API changes in the new masked array implementation

Masked arrays are subclasses of ndarray

Contrary to the original implementation, masked arrays are now regular ndarrays:

>>> x = masked_array([1,2,3],mask=[0,0,1])
>>> print isinstance(x, numpy.ndarray)
True

_data returns a view of the masked array

Masked arrays are composed of a _data part and a _mask. Accessing the _data part will return a regular ndarray or any of its subclass, depending on the initial data:

>>> x = masked_array(numpy.matrix([[1,2],[3,4]]),mask=[[0,0],[0,1]])
>>> print x._data
[[1 2]
 [3 4]]
>>> print type(x._data)
<class 'numpy.matrixlib.defmatrix.matrix'>

In practice, _data is implemented as a property, not as an attribute. Therefore, you cannot access it directly, and some simple tests such as the following one will fail:

>>>x._data is x._data
False

filled(x) can return a subclass of ndarray

The function filled(a) returns an array of the same type as a._data:

>>> x = masked_array(numpy.matrix([[1,2],[3,4]]),mask=[[0,0],[0,1]])
>>> y = filled(x)
>>> print type(y)
<class 'numpy.matrixlib.defmatrix.matrix'>
>>> print y
matrix([[     1,      2],
        [     3, 999999]])

put, putmask behave like their ndarray counterparts

Previously, putmask was used like this:

mask = [False,True,True]
x = array([1,4,7],mask=mask)
putmask(x,mask,[3])

which translated to:

x[~mask] = [3]

(Note that a True-value in a mask suppresses a value.)

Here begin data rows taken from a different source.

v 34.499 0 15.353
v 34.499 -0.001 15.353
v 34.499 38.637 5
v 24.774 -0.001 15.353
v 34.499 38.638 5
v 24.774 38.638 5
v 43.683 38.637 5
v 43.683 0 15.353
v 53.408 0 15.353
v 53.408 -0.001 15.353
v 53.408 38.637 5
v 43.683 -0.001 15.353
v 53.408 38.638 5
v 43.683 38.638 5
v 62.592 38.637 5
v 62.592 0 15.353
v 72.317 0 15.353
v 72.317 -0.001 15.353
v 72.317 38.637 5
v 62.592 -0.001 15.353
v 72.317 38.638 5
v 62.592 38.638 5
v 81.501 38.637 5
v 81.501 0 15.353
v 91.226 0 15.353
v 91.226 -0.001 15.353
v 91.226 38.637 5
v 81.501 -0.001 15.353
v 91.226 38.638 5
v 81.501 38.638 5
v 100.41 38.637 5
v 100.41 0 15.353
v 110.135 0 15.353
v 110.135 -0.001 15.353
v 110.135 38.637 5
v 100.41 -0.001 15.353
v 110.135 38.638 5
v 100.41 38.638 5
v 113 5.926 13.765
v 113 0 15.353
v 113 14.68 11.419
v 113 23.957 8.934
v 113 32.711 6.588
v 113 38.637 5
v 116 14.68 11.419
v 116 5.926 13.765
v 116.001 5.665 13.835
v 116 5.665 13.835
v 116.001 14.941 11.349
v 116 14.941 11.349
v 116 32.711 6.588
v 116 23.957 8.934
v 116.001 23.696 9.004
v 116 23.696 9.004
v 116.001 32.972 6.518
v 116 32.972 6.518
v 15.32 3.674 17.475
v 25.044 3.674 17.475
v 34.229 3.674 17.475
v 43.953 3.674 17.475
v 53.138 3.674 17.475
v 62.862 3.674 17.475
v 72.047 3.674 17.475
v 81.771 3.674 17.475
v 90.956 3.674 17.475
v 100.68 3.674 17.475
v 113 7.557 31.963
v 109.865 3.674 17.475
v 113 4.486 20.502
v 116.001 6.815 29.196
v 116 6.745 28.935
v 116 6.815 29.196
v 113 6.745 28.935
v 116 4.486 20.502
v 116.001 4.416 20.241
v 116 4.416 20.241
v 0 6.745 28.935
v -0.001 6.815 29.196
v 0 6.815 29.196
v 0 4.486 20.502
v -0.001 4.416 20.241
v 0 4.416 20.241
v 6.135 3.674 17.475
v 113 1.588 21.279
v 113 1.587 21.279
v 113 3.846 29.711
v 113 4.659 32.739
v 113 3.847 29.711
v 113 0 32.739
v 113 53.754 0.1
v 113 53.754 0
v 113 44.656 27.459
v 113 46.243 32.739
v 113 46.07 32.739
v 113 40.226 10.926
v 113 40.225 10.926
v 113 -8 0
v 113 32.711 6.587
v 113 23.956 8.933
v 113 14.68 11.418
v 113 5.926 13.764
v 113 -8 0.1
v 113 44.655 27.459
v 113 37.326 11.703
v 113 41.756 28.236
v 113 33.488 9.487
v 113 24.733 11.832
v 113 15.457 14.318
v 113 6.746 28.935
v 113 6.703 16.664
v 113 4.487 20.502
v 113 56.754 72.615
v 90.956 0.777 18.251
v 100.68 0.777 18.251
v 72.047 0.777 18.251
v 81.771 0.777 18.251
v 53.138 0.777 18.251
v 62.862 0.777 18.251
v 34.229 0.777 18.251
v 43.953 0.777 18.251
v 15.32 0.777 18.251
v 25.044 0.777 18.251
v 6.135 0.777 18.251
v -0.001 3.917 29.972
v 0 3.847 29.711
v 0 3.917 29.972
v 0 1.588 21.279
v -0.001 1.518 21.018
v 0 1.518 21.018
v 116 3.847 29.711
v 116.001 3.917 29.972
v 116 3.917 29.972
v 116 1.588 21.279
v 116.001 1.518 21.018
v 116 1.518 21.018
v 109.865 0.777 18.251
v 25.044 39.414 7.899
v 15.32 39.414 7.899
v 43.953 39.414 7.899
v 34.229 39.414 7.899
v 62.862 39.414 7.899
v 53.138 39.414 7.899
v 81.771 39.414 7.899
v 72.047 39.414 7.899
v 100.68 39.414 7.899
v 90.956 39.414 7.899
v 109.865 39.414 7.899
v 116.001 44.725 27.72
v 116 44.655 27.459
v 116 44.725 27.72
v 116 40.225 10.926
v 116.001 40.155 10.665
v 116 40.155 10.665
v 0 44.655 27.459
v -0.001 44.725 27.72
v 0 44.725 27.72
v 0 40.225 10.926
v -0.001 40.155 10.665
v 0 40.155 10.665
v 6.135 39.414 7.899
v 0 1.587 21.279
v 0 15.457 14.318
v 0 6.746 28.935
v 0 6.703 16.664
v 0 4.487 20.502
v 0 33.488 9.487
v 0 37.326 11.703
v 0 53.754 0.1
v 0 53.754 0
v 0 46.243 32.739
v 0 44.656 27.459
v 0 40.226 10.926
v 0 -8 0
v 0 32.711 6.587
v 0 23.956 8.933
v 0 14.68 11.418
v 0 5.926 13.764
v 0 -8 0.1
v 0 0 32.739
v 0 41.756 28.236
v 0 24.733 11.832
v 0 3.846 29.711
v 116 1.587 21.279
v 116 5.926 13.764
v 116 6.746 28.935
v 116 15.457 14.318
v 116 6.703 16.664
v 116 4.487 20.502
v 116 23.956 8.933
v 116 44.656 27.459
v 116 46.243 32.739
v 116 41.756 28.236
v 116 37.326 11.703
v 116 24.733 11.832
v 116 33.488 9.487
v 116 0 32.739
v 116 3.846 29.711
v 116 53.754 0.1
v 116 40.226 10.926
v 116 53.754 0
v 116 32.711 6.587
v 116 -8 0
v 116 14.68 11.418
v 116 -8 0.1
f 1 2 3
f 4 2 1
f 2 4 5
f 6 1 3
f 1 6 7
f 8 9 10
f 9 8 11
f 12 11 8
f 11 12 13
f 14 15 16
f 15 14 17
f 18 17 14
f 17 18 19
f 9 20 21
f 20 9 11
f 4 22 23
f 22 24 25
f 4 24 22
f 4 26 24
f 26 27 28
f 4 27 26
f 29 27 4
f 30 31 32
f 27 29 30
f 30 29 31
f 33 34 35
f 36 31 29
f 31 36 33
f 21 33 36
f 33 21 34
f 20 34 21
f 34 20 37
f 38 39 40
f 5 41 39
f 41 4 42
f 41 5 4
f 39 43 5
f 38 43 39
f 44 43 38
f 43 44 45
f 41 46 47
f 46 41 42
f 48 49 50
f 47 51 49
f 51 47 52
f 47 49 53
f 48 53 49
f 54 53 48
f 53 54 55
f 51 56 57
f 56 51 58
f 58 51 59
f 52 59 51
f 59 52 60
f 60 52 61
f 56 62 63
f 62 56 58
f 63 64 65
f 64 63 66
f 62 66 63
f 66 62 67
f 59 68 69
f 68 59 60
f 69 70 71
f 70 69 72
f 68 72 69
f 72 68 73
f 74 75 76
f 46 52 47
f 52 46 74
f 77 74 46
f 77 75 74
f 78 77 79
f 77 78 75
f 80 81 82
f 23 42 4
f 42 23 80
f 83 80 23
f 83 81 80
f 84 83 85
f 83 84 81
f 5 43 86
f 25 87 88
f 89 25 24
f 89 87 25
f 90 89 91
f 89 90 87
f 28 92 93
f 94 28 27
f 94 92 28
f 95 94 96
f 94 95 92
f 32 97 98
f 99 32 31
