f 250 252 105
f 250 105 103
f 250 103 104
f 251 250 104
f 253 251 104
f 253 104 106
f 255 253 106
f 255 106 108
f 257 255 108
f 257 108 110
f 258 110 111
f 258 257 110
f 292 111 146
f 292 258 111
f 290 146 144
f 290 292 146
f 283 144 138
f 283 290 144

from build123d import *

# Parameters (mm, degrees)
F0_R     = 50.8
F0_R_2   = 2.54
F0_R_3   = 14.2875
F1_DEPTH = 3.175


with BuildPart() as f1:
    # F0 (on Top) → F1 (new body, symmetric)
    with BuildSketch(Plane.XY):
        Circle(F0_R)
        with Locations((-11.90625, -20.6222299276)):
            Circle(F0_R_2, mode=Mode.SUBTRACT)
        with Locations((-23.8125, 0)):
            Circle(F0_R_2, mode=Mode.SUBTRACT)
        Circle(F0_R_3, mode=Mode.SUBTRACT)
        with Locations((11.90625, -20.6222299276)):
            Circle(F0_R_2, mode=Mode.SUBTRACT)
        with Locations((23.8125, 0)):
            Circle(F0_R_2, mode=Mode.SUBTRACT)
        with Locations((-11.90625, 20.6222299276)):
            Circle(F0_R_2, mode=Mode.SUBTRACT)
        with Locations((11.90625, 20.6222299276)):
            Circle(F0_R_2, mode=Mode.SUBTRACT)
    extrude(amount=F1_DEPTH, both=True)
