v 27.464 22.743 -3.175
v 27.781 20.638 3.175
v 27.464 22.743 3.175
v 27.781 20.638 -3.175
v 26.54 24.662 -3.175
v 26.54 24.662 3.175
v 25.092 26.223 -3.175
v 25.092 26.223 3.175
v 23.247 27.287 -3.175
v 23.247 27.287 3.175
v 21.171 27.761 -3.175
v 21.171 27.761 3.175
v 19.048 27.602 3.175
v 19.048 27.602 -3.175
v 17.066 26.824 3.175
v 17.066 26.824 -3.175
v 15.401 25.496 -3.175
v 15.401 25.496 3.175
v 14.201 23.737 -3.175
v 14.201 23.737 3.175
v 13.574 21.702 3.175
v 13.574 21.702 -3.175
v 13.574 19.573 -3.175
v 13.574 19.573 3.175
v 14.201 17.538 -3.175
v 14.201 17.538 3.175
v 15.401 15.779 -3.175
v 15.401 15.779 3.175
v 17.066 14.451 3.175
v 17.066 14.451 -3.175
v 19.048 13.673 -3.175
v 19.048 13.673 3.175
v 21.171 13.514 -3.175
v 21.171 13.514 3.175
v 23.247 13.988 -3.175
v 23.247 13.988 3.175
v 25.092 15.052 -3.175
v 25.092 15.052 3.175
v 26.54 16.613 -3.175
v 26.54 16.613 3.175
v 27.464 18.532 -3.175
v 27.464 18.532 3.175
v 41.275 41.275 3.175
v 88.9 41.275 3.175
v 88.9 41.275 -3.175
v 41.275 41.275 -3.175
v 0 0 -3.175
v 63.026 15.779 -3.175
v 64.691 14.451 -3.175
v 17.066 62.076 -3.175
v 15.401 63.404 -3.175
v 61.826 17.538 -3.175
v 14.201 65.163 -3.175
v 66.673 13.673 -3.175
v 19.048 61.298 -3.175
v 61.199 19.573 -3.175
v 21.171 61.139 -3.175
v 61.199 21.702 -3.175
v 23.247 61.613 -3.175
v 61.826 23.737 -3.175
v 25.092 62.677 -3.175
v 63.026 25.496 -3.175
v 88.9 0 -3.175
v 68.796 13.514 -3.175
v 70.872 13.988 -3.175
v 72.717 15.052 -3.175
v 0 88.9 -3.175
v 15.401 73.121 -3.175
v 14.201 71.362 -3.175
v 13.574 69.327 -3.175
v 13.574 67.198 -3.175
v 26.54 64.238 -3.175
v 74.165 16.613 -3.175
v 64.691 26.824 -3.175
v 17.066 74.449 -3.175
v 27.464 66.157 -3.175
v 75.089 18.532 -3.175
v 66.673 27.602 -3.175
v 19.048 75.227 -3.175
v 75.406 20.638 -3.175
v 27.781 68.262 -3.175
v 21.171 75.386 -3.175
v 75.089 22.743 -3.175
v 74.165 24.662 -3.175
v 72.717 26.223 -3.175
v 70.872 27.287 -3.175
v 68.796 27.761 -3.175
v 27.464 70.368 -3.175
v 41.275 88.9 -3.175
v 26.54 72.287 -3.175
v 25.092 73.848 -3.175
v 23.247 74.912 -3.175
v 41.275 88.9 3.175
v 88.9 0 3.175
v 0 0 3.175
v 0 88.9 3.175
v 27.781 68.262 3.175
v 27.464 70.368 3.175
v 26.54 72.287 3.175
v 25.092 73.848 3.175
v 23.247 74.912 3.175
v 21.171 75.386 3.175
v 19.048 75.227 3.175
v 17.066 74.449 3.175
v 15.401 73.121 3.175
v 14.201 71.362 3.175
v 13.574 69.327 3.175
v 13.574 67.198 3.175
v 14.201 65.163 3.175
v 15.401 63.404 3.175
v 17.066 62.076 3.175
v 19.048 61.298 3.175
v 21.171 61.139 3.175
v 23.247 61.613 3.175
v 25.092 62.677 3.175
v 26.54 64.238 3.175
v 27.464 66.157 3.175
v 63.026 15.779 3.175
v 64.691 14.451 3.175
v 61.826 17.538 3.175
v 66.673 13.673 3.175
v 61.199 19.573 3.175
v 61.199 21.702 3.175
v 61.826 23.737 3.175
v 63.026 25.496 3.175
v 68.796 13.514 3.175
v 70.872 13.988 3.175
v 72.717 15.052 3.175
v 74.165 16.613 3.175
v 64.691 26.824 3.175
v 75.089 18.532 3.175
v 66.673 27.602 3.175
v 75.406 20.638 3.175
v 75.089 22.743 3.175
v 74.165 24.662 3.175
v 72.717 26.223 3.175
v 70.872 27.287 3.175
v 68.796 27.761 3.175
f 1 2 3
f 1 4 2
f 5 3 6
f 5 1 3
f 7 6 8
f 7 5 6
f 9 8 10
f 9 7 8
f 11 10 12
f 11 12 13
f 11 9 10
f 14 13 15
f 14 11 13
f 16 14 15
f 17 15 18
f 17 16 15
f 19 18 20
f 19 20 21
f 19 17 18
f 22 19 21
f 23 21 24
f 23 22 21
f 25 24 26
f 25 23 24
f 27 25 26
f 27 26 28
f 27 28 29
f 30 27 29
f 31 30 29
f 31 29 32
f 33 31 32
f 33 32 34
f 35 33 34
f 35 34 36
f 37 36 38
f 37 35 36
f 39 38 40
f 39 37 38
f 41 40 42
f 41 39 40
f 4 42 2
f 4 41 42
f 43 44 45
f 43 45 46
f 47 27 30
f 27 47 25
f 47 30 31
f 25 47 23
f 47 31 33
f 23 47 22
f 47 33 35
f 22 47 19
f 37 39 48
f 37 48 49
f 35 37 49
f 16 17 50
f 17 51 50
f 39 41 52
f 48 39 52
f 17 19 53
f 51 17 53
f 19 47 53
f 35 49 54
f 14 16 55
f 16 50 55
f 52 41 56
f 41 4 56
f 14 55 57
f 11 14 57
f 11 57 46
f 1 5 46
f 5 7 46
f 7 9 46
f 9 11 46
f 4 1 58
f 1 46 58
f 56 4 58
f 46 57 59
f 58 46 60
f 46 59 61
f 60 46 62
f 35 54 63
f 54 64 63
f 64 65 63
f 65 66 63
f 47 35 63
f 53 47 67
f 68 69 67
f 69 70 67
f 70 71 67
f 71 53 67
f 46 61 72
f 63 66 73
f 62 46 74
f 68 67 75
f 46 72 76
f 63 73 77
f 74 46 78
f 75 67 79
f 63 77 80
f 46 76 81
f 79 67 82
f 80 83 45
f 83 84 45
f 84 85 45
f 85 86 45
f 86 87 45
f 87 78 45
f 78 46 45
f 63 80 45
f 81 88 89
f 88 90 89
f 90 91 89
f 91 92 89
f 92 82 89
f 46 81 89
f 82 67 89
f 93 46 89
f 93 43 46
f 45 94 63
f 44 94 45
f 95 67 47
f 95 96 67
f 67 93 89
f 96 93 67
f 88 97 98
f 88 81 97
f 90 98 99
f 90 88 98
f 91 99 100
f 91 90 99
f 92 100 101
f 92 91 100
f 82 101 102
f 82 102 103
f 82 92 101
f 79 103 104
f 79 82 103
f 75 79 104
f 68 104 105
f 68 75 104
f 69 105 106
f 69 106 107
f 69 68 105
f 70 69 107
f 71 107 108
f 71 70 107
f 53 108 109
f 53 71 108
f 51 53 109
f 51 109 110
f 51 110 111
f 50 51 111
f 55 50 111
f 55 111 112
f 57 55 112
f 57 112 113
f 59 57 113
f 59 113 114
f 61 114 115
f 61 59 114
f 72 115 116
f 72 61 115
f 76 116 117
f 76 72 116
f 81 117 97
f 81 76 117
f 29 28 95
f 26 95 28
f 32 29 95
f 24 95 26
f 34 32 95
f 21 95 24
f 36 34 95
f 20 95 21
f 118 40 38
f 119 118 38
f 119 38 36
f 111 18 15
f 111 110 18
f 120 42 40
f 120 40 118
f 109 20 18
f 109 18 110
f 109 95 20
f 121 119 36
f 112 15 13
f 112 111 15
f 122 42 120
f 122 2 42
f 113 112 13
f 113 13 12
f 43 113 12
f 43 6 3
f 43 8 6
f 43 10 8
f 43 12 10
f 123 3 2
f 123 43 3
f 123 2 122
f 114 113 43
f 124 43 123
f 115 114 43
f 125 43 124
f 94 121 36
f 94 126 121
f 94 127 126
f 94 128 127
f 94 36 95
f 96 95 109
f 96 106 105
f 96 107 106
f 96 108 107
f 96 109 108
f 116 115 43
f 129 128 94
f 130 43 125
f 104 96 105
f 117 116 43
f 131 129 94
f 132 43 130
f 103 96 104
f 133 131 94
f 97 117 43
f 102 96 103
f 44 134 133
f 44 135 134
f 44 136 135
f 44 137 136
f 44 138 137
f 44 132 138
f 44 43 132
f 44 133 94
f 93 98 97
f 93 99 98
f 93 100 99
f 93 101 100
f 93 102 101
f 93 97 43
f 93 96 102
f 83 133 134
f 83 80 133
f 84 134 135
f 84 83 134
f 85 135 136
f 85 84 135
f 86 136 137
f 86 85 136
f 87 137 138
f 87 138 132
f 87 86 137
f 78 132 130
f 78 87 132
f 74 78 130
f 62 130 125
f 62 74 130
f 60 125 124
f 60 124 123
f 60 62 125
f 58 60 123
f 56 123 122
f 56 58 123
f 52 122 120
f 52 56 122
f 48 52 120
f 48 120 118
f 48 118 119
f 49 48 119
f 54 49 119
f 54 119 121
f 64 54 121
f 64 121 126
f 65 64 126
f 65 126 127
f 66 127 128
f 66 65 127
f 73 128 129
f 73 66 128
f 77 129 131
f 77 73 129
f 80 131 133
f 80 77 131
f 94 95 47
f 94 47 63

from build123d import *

# Parameters (mm, degrees)
SKETCH1_R           = 7.14375
BOSS_EXTRUDE1_DEPTH = 3.175


with BuildPart() as part:
    # Sketch1 → Boss-Extrude1 (new, symmetric)
    with BuildSketch(Plane.XY):
        Polygon((0, 88.9), (0, 0), (88.9, 0), (88.9, 41.275), (41.275, 41.275), (41.275, 88.9), align=None)
        with Locations((20.6375, 20.6375)):
            Circle(SKETCH1_R, mode=Mode.SUBTRACT)
        with Locations((20.6375, 68.2625)):
            Circle(SKETCH1_R, mode=Mode.SUBTRACT)
        with Locations((68.2625, 20.6375)):
            Circle(SKETCH1_R, mode=Mode.SUBTRACT)
    extrude(amount=BOSS_EXTRUDE1_DEPTH, both=True)


solid = part.part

In other words, the mask had the same length as x, whereas values had sum(~mask) elements.

Now, the behaviour is similar to that of ndarray.putmask, where the mask and the values are both the same length as x, i.e.

putmask(x,mask,[3,0,0])

fill_value is a property

fill_value is no longer a method, but a property:

>>> print x.fill_value
999999

cumsum and cumprod ignore missing values

Missing values are assumed to be the identity element, i.e. 0 for cumsum and 1 for cumprod:

>>> x = N.ma.array([1,2,3,4],mask=[False,True,False,False])
>>> print x
[1 -- 3 4]
>>> print x.cumsum()
[1 -- 4 8]
>> print x.cumprod()
[1 -- 3 12]

bool(x) raises a ValueError

Masked arrays now behave like regular ndarrays, in that they cannot be converted to booleans:

>>> x = N.ma.array([1,2,3])
>>> bool(x)
Traceback (most recent call last):
  File "<stdin>", line 1, in <module>
ValueError: The truth value of an array with more than one element is ambiguous. Use a.any() or a.all()

New features (non exhaustive list)

mr_

mr_ mimics the behavior of r_ for masked arrays:

>>> np.ma.mr_[3,4,5]
masked_array(data = [3 4 5],
      mask = False,
      fill_value=999999)

anom

The anom method returns the deviations from the average (anomalies).